IOTA kooperiert mit RIDDLE & Code um das Internet der Dinge zu verwirklichen

IOTA ist eine deutsche Kryptowährung die das Internet der Dinge mit Hilfe seines Tangels entscheidend vorantreiben will. Es sind bereits einige Branchenschwergewichte im Boot wie Bosch oder VW, die von IOTA’s Technologie überzeugt sind. Der neueste Partner ist ein bekannt Hard- und Softwarehersteller.

Der vielseitig aufgestellte Hardwarehersteller RIDDLE&CODE gab gestern bekannt, dass IOTAs Distributed Ledger in seiner neuen Produktlinie für das Internet der Dinge (IOT) eingesetzt wird. Beide Unternehmen wollen dadurch demonstrieren, dass durch die Integration von IOTA’s Tangle autonome Maschine-zu-Maschine Transakionen vollständig unabhängig abgewickelt werden können.

Die von RIDDLE&CODE bereitgestellte Hardware schafft eine sichere Umgebung für Geschäftsprzesse, die nur zuverlässige Daten aus vertrauenswürdigen Quellen zulässt. Tom Fuerstner, Gründer und derzeitiger CTO von RIDDLE&CODE, führte aus, dass durch diese Zusammenarbeit sehr komplexe Anwendungsfälle in den verschiedensten Branchen möglich werden (frei übersetzt):

Industrielle und intelligente Stadtumgebungen in der realen Welt erfordern vertrauenswürdige, skalierbare und transparente Umgebungen vom End-to-End-Bereich bis zum Speichern von Daten. Indem wir einen IoT-Sensor oder eine Maschine sicher mit unseren Kryptochips und Middleware an das IOTA Tangle anschließen, liefern wir genau das.

Bisher konnte industrielle IOTA-Projekte nur verteilte Ledger verwenden, um der Datenverarbeitung und -speicherung zu vertrauen. Durch den neuen RIDDLE&CODE-Kryptochip erhalten Geräte eine neue Identität, die ihn zu einer vertrauenswürdigen Datenquelle macht. Dadurch wird einfach und effektiv zwischen vertrauenswürdigen Datenquellen und externen Quellen unterschieden, sodass nur für den Prozess erforderliche Informationen zugelassen werden. Dieser Schritt soll Endverbrauchern das Vertrauen geben, ein Auto oder einen Industrieroboter zu beauftragen, verschiedene Aufgaben autonom und unabhängig zu erledigen, einschließlich der Steuerung des Energieverbrauchs oder der Bestellung von Teilen die „Just-in-Time“ ausgeliefert werden.

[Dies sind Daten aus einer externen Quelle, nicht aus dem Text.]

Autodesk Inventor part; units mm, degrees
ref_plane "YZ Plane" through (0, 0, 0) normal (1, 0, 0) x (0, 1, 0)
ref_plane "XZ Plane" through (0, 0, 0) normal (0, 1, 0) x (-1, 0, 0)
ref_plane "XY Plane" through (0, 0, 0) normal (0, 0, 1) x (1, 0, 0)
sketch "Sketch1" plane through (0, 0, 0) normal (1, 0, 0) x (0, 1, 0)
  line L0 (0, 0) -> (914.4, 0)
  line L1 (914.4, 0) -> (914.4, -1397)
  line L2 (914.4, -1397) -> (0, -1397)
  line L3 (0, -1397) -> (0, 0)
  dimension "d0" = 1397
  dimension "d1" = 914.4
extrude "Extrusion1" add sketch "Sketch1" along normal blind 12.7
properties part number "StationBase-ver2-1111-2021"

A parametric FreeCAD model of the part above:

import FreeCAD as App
import Part
import Sketcher
from FreeCAD import Vector
Q = App.Units.Quantity

doc = App.newDocument("Part")
body = doc.addObject("PartDesign::Body", "Body")

# Sketch on YZ plane
sketch1 = body.newObject("Sketcher::SketchObject", "Sketch")
sketch1.AttachmentSupport = (doc.getObject("YZ_Plane"), [""])
sketch1.MapMode = "FlatFace"
sketch1.addGeometry([
    Part.LineSegment(Vector(914, 0, 0), Vector(0, 0, 0)),
    Part.LineSegment(Vector(0, 0, 0), Vector(0, -1397, 0)),
    Part.LineSegment(Vector(0, -1397, 0), Vector(914, -1397, 0)),
    Part.LineSegment(Vector(914, -1397, 0), Vector(914, 0, 0)),
], False)
sketch1.addConstraint([
    Sketcher.Constraint("Coincident", 0, 2, 1, 1),
    Sketcher.Constraint("Coincident", 1, 2, 2, 1),
    Sketcher.Constraint("Coincident", 2, 2, 3, 1),
    Sketcher.Constraint("Coincident", 3, 2, 0, 1),
    Sketcher.Constraint("Horizontal", 0),
    Sketcher.Constraint("Vertical", 1),
    Sketcher.Constraint("Horizontal", 2),
    Sketcher.Constraint("Vertical", 3),
    Sketcher.Constraint("Coincident", 0, 2, -1, 1),
    Sketcher.Constraint("DistanceX", 0, 2, 0, 1, Q("36 in")),
    Sketcher.Constraint("DistanceY", 1, 2, 1, 1, Q("55 in")),
])
pad1 = body.newObject("PartDesign::Pad", "Pad")
pad1.Profile = sketch1
pad1.Length = Q("0.5 in")

doc.recompute()
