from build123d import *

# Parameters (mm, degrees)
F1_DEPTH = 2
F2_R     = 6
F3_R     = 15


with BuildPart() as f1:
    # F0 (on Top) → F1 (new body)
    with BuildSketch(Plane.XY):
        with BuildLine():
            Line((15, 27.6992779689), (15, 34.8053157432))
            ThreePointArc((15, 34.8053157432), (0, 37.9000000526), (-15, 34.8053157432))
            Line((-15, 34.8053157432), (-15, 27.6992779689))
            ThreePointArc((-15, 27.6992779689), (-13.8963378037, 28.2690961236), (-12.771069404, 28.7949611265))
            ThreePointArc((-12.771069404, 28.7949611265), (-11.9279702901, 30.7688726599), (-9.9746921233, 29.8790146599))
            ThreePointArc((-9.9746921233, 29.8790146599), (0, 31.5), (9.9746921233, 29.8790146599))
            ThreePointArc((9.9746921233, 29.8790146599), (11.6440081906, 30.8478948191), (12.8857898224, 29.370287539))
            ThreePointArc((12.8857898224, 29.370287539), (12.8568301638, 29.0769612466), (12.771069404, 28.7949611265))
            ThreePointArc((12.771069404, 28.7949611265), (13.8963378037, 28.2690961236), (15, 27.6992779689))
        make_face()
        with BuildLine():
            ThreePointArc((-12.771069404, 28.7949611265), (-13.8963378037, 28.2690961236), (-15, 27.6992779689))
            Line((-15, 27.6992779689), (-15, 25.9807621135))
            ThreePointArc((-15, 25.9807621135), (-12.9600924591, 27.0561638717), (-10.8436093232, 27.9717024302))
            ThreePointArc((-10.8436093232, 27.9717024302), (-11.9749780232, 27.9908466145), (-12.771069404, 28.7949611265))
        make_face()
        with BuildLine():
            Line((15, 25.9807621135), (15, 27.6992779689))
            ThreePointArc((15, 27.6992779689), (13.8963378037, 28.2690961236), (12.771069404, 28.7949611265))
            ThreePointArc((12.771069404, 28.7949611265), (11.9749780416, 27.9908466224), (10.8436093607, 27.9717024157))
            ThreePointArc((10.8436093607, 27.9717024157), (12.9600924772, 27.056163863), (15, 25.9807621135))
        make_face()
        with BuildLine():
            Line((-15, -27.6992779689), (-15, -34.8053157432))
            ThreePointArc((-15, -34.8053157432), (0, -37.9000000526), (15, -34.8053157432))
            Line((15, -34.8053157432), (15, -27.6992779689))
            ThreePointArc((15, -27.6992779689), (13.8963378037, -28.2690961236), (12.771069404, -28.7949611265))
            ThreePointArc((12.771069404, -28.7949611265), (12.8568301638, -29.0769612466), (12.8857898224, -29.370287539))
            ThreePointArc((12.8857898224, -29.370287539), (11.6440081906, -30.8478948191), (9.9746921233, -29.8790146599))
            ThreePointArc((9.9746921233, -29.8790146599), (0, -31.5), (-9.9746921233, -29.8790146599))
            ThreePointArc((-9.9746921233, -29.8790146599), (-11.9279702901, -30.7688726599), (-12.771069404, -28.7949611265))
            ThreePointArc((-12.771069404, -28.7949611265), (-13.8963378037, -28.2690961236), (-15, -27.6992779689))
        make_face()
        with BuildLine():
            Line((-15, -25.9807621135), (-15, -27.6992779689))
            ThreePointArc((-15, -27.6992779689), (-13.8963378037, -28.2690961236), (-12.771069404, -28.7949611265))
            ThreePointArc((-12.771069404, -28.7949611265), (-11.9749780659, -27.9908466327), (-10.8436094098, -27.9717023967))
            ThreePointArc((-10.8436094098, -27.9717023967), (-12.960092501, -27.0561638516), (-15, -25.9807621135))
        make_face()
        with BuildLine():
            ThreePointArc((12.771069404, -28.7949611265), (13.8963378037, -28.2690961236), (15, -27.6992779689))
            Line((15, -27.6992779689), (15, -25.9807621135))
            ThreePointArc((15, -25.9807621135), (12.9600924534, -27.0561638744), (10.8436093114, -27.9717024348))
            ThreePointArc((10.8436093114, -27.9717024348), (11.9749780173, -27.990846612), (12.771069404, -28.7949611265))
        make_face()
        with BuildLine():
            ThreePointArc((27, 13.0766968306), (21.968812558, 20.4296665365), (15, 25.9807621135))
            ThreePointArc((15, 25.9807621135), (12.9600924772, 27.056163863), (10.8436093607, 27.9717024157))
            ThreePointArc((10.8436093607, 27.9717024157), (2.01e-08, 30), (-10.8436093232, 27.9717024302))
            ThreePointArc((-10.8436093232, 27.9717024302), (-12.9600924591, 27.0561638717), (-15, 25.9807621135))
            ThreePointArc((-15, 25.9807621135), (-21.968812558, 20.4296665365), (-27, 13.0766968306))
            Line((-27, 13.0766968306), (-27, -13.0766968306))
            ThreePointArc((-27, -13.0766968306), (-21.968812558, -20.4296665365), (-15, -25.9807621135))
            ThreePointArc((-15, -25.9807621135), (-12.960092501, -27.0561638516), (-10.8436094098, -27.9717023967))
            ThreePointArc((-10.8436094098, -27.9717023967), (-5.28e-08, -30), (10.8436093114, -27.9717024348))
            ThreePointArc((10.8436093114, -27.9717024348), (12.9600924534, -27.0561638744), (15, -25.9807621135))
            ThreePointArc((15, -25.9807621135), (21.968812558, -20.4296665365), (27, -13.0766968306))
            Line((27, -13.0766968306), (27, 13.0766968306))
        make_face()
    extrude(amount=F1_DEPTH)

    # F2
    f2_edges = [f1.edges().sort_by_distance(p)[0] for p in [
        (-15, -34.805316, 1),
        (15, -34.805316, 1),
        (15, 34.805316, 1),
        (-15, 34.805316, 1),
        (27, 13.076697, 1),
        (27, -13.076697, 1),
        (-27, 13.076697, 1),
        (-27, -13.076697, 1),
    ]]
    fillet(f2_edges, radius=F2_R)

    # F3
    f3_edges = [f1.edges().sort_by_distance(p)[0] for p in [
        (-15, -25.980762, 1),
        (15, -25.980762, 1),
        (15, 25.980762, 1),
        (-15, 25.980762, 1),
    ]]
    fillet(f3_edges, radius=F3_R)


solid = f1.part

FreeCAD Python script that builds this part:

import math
import FreeCAD as App
import Part
import Sketcher
from FreeCAD import Vector


def edges_at(feature, points):
    """Names of the edges that pass closest to the given points."""
    edges = feature.Shape.Edges
    near = lambda p: min(range(len(edges)), key=lambda i: edges[i].distToShape(Part.Vertex(*p))[0])
    return sorted({f"Edge{near(p) + 1}" for p in points})

doc = App.newDocument("Part")
body = doc.addObject("PartDesign::Body", "Body")

sketch1 = body.newObject("Sketcher::SketchObject", "Sketch")
sketch1.AttachmentSupport = (doc.getObject("XY_Plane"), [""])
sketch1.MapMode = "FlatFace"
sketch1.addGeometry([
    Part.ArcOfCircle(Part.Circle(Vector(0, 0, 0), Vector(0, 0, 1), 37.9), math.radians(67), math.radians(113)),
    Part.LineSegment(Vector(-15, 34.8, 0), Vector(-15, 26, 0)),
    Part.ArcOfCircle(Part.Circle(Vector(0, 0, 0), Vector(0, 0, 1), 30), math.radians(120), math.radians(154)),
    Part.LineSegment(Vector(-27, 13.1, 0), Vector(-27, -13.1, 0)),
    Part.ArcOfCircle(Part.Circle(Vector(0, 0, 0), Vector(0, 0, 1), 30), math.radians(-154), math.radians(-120)),
    Part.LineSegment(Vector(-15, -26, 0), Vector(-15, -34.8, 0)),
    Part.ArcOfCircle(Part.Circle(Vector(0, 0, 0), Vector(0, 0, 1), 37.9), math.radians(-113), math.radians(-67)),
    Part.LineSegment(Vector(15, -34.8, 0), Vector(15, -26, 0)),
    Part.ArcOfCircle(Part.Circle(Vector(0, 0, 0), Vector(0, 0, 1), 30), math.radians(-60), math.radians(-26)),
    Part.LineSegment(Vector(27, -13.1, 0), Vector(27, 13.1, 0)),
    Part.ArcOfCircle(Part.Circle(Vector(0, 0, 0), Vector(0, 0, 1), 30), math.radians(26), math.radians(60)),
    Part.LineSegment(Vector(15, 26, 0), Vector(15, 34.8, 0)),
    Part.ArcOfCircle(Part.Circle(Vector(-11.4, 29.4, 0), Vector(0, 0, 1), 1.5), math.radians(-157), math.radians(-69)),
    Part.ArcOfCircle(Part.Circle(Vector(-11.4, 29.4, 0), Vector(0, 0, 1), 1.5), math.radians(20), math.radians(203)),
    Part.ArcOfCircle(Part.Circle(Vector(0, 0, 0), Vector(0, 0, 1), 31.5), math.radians(72), math.radians(108)),
    Part.ArcOfCircle(Part.Circle(Vector(11.4, 29.4, 0), Vector(0, 0, 1), 1.5), math.radians(0), math.radians(160)),
    Part.ArcOfCircle(Part.Circle(Vector(11.4, 29.4, 0), Vector(0, 0, 1), 1.5), math.radians(-23), math.radians(0)),
    Part.ArcOfCircle(Part.Circle(Vector(11.4, 29.4, 0), Vector(0, 0, 1), 1.5), math.radians(-111), math.radians(-23)),
    Part.ArcOfCircle(Part.Circle(Vector(0, 0, 0), Vector(0, 0, 1), 30), math.radians(69), math.radians(111)),
    Part.ArcOfCircle(Part.Circle(Vector(0, 0, 0), Vector(0, 0, 1), 30), math.radians(-111), math.radians(-69)),
    Part.ArcOfCircle(Part.Circle(Vector(11.4, -29.4, 0), Vector(0, 0, 1), 1.5), math.radians(23), math.radians(111)),
    Part.ArcOfCircle(Part.Circle(Vector(11.4, -29.4, 0), Vector(0, 0, 1), 1.5), math.radians(0), math.radians(23)),
    Part.ArcOfCircle(Part.Circle(Vector(11.4, -29.4, 0), Vector(0, 0, 1), 1.5), math.radians(-160), math.radians(0)),
    Part.ArcOfCircle(Part.Circle(Vector(0, 0, 0), Vector(0, 0, 1), 31.5), math.radians(-108), math.radians(-72)),
    Part.ArcOfCircle(Part.Circle(Vector(-11.4, -29.4, 0), Vector(0, 0, 1), 1.5), math.radians(157), math.radians(340)),
    Part.ArcOfCircle(Part.Circle(Vector(-11.4, -29.4, 0), Vector(0, 0, 1), 1.5), math.radians(69), math.radians(157)),
], False)
sketch1.addConstraint([
    Sketcher.Constraint("Coincident", 0, 2, 1, 1),
    Sketcher.Constraint("Coincident", 1, 2, 2, 1),
    Sketcher.Constraint("Coincident", 2, 2, 3, 1),
    Sketcher.Constraint("Coincident", 3, 2, 4, 1),
    Sketcher.Constraint("Coincident", 4, 2, 5, 1),
    Sketcher.Constraint("Coincident", 5, 2, 6, 1),
    Sketcher.Constraint("Coincident", 6, 2, 7, 1),
    Sketcher.Constraint("Coincident", 7, 2, 8, 1),
    Sketcher.Constraint("Coincident", 8, 2, 9, 1),
    Sketcher.Constraint("Coincident", 9, 2, 10, 1),
    Sketcher.Constraint("Coincident", 10, 2, 11, 1),
    Sketcher.Constraint("Coincident", 11, 2, 0, 1),
    Sketcher.Constraint("Tangent", 12, 1, 13, 2),
    Sketcher.Constraint("Coincident", 13, 1, 14, 2),
    Sketcher.Constraint("Coincident", 14, 1, 15, 2),
    Sketcher.Constraint("Tangent", 15, 1, 16, 2),
    Sketcher.Constraint("Tangent", 16, 1, 17, 2),
    Sketcher.Constraint("Tangent", 17, 1, 18, 1),
    Sketcher.Constraint("Tangent", 18, 2, 12, 2),
    Sketcher.Constraint("Tangent", 19, 2, 20, 2),
    Sketcher.Constraint("Tangent", 20, 1, 21, 2),
    Sketcher.Constraint("Tangent", 21, 1, 22, 2),
    Sketcher.Constraint("Coincident", 22, 1, 23, 2),
    Sketcher.Constraint("Coincident", 23, 1, 24, 2),
    Sketcher.Constraint("Tangent", 24, 1, 25, 2),
    Sketcher.Constraint("Tangent", 25, 1, 19, 1),
    Sketcher.Constraint("Vertical", 1),
    Sketcher.Constraint("Vertical", 3),
    Sketcher.Constraint("Vertical", 5),
    Sketcher.Constraint("Vertical", 7),
    Sketcher.Constraint("Vertical", 9),
    Sketcher.Constraint("Vertical", 11),
    Sketcher.Constraint("Coincident", 0, 3, -1, 1),
    Sketcher.Constraint("Coincident", 2, 3, -1, 1),
    Sketcher.Constraint("Coincident", 4, 3, -1, 1),
    Sketcher.Constraint("Coincident", 6, 3, -1, 1),
    Sketcher.Constraint("Coincident", 8, 3, -1, 1),
    Sketcher.Constraint("Coincident", 10, 3, -1, 1),
    Sketcher.Constraint("Coincident", 14, 3, -1, 1),
    Sketcher.Constraint("Coincident", 18, 3, -1, 1),
    Sketcher.Constraint("Coincident", 19, 3, -1, 1),
    Sketcher.Constraint("Coincident", 23, 3, -1, 1),
    Sketcher.Constraint("Coincident", 17, 3, 15, 3),
    Sketcher.Constraint("Coincident", 22, 3, 20, 3),
    Sketcher.Constraint("Equal", 2, 4),
    Sketcher.Constraint("Equal", 0, 6),
    Sketcher.Constraint("Equal", 4, 8),
    Sketcher.Constraint("Equal", 8, 10),
    Sketcher.Constraint("Equal", 12, 13),
    Sketcher.Constraint("Equal", 13, 15),
    Sketcher.Constraint("Equal", 10, 18),
    Sketcher.Constraint("Equal", 18, 19),
    Sketcher.Constraint("Equal", 17, 20),
    Sketcher.Constraint("Equal", 14, 23),
    Sketcher.Constraint("Equal", 22, 24),
    Sketcher.Constraint("Equal", 24, 25),
    Sketcher.Constraint("Symmetric", 12, 1, 20, 1, -1, 1),
    Sketcher.Constraint("Symmetric", 16, 1, 24, 1, -1, 1),
    Sketcher.Constraint("Symmetric", 12, 1, 16, 1, -2),
    Sketcher.Constraint("Horizontal", 5, 2, 6, 2),
    Sketcher.Constraint("Horizontal", 3, 2, 8, 2),
    Sketcher.Constraint("Horizontal", 1, 2, 10, 2),
    Sketcher.Constraint("Horizontal", 17, 3, 15, 1),
    Sketcher.Constraint("Horizontal", 25, 3, 21, 1),
    Sketcher.Constraint("Vertical", 1, 2, 4, 2),
    Sketcher.Constraint("Radius", 2, 30.0),
    Sketcher.Constraint("Radius", 0, 37.9),
    Sketcher.Constraint("Radius", 12, 1.5),
    Sketcher.Constraint("Radius", 14, 31.5),
    Sketcher.Constraint("DistanceX", 0, 2, -1, 1, 15.0),
    Sketcher.Constraint("DistanceX", 2, 2, -1, 1, 27.0),
    Sketcher.Constraint("DistanceY", 1, 2, 12, 1, 2.814199),
    Sketcher.Constraint("DistanceY", 13, 1, 0, 2, 4.926301),
])
pad1 = body.newObject("PartDesign::Pad", "Pad")
pad1.Profile = sketch1
pad1.Length = 2
doc.recompute()

fillet = body.newObject("PartDesign::Fillet", "Fillet")
fillet.Base = (pad1, edges_at(pad1, [
    (-15, -34.805, 1),
    (15, -34.805, 1),
    (15, 34.805, 1),
    (-15, 34.805, 1),
    (27, 13.077, 1),
    (27, -13.077, 1),
    (-27, 13.077, 1),
    (-27, -13.077, 1),
]))
fillet.Radius = 6
doc.recompute()

fillet2 = body.newObject("PartDesign::Fillet", "Fillet001")
fillet2.Base = (fillet, edges_at(fillet, [
    (-15, -25.981, 1),
    (15, -25.981, 1),
    (15, 25.981, 1),
    (-15, 25.981, 1),
]))
fillet2.Radius = 15

doc.recompute()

Holger Köther, Direktor für Kooperationen bei der IOTA Stiftung, führt aus, dass durch diese Partnerschaft der Funktionsumfang möglicher angeschlossener Geräte an das IOTA Ökosystem, deutlich erweitert wird (frei übersetzt):

Jedes Gerät, beispielsweise ein intelligenter Stromzähler, kann an das Ökosystem angeschlossen werden, um beispielsweise den Energieverbrauch zu messen. Das sichere Element stellt eine Identität bereit, die zum Schreiben von Transaktionen in das IOTA-Tangle verwendet wird.